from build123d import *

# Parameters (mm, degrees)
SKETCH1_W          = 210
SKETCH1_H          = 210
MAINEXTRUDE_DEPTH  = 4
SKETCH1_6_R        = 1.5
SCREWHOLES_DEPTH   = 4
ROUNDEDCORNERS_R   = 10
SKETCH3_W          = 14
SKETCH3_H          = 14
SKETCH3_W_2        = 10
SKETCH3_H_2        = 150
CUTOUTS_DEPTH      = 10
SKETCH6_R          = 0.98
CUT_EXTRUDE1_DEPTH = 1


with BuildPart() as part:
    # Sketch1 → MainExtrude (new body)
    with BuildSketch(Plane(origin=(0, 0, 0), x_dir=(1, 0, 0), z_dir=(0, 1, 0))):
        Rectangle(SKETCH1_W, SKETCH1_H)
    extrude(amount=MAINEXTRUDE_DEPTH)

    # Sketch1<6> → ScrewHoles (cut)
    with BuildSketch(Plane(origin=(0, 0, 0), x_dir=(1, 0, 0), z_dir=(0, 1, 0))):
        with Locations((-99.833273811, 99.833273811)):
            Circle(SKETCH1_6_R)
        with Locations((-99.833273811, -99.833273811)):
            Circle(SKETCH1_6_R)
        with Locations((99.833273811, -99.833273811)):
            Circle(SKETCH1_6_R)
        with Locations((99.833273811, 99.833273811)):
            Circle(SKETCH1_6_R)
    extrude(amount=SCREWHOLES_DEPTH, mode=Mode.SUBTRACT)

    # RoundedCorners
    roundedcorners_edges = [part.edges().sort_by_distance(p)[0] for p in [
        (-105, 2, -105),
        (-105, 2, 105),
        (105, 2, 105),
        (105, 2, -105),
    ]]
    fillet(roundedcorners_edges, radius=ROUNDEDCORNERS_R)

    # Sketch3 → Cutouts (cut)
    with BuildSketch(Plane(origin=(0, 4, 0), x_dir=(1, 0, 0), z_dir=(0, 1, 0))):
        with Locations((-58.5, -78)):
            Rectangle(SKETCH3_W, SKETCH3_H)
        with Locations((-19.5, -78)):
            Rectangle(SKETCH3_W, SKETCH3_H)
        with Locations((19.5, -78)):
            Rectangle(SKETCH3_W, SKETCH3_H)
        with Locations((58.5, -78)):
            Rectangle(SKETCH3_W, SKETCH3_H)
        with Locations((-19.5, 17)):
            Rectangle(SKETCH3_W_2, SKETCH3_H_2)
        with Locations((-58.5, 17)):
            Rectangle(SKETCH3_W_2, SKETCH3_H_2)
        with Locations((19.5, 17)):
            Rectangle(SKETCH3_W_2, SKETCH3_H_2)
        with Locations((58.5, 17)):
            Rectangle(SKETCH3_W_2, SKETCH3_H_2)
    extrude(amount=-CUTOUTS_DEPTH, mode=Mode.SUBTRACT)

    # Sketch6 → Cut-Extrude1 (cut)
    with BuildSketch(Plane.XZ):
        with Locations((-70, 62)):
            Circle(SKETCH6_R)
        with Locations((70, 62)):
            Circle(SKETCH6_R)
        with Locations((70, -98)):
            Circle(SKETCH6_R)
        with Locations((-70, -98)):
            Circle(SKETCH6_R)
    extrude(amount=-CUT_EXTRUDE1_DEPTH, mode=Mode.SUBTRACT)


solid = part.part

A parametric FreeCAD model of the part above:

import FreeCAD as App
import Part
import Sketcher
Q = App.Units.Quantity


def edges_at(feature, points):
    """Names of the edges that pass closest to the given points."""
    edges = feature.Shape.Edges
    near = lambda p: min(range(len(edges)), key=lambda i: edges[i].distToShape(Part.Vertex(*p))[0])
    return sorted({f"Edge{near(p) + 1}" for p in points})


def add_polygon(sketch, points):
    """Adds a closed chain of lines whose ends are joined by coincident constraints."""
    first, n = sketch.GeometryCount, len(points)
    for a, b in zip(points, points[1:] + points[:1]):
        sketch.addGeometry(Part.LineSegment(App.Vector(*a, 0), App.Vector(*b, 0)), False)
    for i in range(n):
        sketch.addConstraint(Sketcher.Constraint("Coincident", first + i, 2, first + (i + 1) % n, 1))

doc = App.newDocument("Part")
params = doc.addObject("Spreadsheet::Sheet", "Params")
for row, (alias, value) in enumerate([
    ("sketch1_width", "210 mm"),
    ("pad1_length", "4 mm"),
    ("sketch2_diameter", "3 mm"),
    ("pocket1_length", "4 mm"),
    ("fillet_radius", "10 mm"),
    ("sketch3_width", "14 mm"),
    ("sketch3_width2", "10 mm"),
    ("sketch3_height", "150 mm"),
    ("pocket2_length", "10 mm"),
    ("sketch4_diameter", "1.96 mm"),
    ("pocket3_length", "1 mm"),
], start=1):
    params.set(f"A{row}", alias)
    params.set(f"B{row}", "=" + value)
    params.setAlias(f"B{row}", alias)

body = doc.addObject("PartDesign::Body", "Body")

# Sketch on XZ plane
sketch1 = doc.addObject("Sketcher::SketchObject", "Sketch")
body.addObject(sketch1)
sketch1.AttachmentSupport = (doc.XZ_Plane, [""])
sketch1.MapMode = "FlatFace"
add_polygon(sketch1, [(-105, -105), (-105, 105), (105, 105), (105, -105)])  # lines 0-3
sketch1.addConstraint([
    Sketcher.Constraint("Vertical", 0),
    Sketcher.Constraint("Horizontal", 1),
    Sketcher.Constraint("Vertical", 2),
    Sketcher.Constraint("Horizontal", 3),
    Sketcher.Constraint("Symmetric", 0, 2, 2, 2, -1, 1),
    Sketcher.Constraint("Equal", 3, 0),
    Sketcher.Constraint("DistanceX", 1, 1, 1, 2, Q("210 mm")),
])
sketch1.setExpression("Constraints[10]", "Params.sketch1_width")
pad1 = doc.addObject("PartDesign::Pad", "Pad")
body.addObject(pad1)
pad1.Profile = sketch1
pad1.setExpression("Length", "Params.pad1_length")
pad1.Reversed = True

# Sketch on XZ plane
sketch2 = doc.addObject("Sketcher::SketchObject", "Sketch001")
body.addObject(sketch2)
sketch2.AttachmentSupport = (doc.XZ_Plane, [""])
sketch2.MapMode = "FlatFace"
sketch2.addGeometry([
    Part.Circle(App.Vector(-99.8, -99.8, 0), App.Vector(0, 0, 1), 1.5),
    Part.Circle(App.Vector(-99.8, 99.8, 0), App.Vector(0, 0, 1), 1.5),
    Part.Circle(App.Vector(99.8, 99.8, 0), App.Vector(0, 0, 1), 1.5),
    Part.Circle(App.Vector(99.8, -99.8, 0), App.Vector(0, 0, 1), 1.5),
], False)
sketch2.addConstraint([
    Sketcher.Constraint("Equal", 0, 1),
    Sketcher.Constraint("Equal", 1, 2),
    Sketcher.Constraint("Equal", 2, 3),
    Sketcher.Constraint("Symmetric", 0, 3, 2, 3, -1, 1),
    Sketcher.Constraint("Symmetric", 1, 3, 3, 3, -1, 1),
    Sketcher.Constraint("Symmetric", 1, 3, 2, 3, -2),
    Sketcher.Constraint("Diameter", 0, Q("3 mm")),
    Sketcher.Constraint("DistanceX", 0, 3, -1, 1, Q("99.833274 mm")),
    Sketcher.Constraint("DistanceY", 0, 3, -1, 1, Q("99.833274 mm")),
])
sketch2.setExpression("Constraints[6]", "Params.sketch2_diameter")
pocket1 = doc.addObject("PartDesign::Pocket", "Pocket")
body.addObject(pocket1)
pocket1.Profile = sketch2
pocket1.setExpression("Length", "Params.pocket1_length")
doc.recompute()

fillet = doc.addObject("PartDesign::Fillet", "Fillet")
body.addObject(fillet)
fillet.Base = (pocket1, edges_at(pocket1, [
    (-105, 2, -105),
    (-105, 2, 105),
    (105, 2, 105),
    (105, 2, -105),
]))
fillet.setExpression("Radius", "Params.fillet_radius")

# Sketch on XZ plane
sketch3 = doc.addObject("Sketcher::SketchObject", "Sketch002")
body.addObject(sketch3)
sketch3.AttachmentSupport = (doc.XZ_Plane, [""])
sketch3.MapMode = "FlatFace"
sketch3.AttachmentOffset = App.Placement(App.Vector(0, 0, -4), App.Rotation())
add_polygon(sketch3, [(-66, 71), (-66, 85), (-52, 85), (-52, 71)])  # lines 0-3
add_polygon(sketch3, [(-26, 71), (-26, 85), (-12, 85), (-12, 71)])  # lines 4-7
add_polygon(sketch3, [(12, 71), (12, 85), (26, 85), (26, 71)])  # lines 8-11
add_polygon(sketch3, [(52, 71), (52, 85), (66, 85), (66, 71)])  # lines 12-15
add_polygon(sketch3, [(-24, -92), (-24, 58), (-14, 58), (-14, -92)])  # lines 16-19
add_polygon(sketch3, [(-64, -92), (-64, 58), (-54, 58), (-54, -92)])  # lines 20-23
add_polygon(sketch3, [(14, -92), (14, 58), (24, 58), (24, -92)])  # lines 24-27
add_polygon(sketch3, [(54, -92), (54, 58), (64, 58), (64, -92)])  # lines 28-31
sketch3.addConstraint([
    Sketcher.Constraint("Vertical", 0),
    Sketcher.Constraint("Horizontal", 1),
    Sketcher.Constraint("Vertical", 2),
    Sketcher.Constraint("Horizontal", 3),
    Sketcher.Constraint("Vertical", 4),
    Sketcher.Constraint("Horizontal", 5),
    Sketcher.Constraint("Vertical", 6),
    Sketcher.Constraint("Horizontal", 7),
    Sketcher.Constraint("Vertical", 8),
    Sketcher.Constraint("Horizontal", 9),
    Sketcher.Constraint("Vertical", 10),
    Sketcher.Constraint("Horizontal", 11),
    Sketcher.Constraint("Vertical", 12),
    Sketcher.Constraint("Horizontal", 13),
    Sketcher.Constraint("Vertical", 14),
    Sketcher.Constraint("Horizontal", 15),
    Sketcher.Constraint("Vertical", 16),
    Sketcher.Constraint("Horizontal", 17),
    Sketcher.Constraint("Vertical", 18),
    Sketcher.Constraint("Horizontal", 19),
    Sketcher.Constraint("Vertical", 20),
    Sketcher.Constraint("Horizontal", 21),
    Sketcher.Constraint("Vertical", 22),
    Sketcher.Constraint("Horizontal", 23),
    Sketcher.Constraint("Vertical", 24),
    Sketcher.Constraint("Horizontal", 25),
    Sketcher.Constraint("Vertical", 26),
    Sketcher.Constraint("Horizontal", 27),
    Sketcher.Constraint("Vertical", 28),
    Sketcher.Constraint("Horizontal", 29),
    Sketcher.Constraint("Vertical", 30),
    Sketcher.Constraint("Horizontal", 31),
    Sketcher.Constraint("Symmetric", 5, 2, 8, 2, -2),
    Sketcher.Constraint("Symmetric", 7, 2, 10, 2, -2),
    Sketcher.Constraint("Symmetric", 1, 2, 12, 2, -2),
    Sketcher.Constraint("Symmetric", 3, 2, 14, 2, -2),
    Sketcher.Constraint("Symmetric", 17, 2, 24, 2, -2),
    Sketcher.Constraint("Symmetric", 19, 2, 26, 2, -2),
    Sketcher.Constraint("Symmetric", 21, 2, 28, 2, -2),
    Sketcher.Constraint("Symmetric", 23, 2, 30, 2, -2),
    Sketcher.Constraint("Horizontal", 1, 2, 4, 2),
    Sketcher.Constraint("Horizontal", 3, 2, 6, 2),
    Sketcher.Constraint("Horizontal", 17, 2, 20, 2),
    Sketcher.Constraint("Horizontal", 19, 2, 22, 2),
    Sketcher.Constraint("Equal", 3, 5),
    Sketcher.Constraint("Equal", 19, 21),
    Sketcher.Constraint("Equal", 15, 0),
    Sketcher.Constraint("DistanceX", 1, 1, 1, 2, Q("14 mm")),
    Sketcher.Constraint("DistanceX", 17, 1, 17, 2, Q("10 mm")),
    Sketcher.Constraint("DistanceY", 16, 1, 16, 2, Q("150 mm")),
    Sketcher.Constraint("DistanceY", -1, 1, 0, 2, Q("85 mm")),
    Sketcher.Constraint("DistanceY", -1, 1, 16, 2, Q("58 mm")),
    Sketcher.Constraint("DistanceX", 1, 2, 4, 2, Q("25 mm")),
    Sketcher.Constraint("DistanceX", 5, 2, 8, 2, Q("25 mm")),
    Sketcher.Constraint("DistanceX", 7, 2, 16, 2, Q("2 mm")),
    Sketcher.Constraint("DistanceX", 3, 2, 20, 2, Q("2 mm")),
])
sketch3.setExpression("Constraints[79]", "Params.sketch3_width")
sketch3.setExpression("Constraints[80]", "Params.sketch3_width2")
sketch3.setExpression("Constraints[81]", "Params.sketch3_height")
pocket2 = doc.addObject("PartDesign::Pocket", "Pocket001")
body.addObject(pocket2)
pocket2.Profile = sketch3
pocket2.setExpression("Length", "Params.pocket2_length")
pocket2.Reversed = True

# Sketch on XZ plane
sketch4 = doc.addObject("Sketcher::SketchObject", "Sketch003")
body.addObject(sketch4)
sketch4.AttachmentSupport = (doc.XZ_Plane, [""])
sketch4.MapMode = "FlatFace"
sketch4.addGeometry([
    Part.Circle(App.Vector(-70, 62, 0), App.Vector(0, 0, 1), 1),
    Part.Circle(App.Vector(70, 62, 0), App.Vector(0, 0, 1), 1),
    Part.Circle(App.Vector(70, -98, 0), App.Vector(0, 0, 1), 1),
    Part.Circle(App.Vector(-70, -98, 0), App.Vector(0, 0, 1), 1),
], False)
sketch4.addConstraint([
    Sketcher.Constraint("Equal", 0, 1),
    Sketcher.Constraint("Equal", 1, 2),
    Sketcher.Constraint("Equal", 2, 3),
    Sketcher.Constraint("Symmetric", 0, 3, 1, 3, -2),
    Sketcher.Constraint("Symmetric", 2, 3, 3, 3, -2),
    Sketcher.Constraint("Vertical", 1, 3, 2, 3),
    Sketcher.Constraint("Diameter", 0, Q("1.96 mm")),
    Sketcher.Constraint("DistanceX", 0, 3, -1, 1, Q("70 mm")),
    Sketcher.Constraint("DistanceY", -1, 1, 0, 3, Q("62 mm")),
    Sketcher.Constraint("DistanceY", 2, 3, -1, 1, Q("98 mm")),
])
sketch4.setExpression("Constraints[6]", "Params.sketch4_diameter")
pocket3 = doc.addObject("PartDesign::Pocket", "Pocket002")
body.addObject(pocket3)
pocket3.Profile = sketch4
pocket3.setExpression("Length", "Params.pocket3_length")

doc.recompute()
==========
[Task prompt] With the first line of the material as the start and the line containing "# Sketch3 → Cutouts (cut)" as the end, repeat that span exactly and add nothing.

[Solution below]
from build123d import *

# Parameters (mm, degrees)
SKETCH1_W          = 210
SKETCH1_H          = 210
MAINEXTRUDE_DEPTH  = 4
SKETCH1_6_R        = 1.5
SCREWHOLES_DEPTH   = 4
ROUNDEDCORNERS_R   = 10
SKETCH3_W          = 14
SKETCH3_H          = 14
SKETCH3_W_2        = 10
SKETCH3_H_2        = 150
CUTOUTS_DEPTH      = 10
SKETCH6_R          = 0.98
CUT_EXTRUDE1_DEPTH = 1


with BuildPart() as part:
    # Sketch1 → MainExtrude (new body)
    with BuildSketch(Plane(origin=(0, 0, 0), x_dir=(1, 0, 0), z_dir=(0, 1, 0))):
        Rectangle(SKETCH1_W, SKETCH1_H)
    extrude(amount=MAINEXTRUDE_DEPTH)

    # Sketch1<6> → ScrewHoles (cut)
    with BuildSketch(Plane(origin=(0, 0, 0), x_dir=(1, 0, 0), z_dir=(0, 1, 0))):
        with Locations((-99.833273811, 99.833273811)):
            Circle(SKETCH1_6_R)
        with Locations((-99.833273811, -99.833273811)):
            Circle(SKETCH1_6_R)
        with Locations((99.833273811, -99.833273811)):
            Circle(SKETCH1_6_R)
        with Locations((99.833273811, 99.833273811)):
            Circle(SKETCH1_6_R)
    extrude(amount=SCREWHOLES_DEPTH, mode=Mode.SUBTRACT)

    # RoundedCorners
    roundedcorners_edges = [part.edges().sort_by_distance(p)[0] for p in [
        (-105, 2, -105),
        (-105, 2, 105),
        (105, 2, 105),
        (105, 2, -105),
    ]]
    fillet(roundedcorners_edges, radius=ROUNDEDCORNERS_R)

    # Sketch3 → Cutouts (cut)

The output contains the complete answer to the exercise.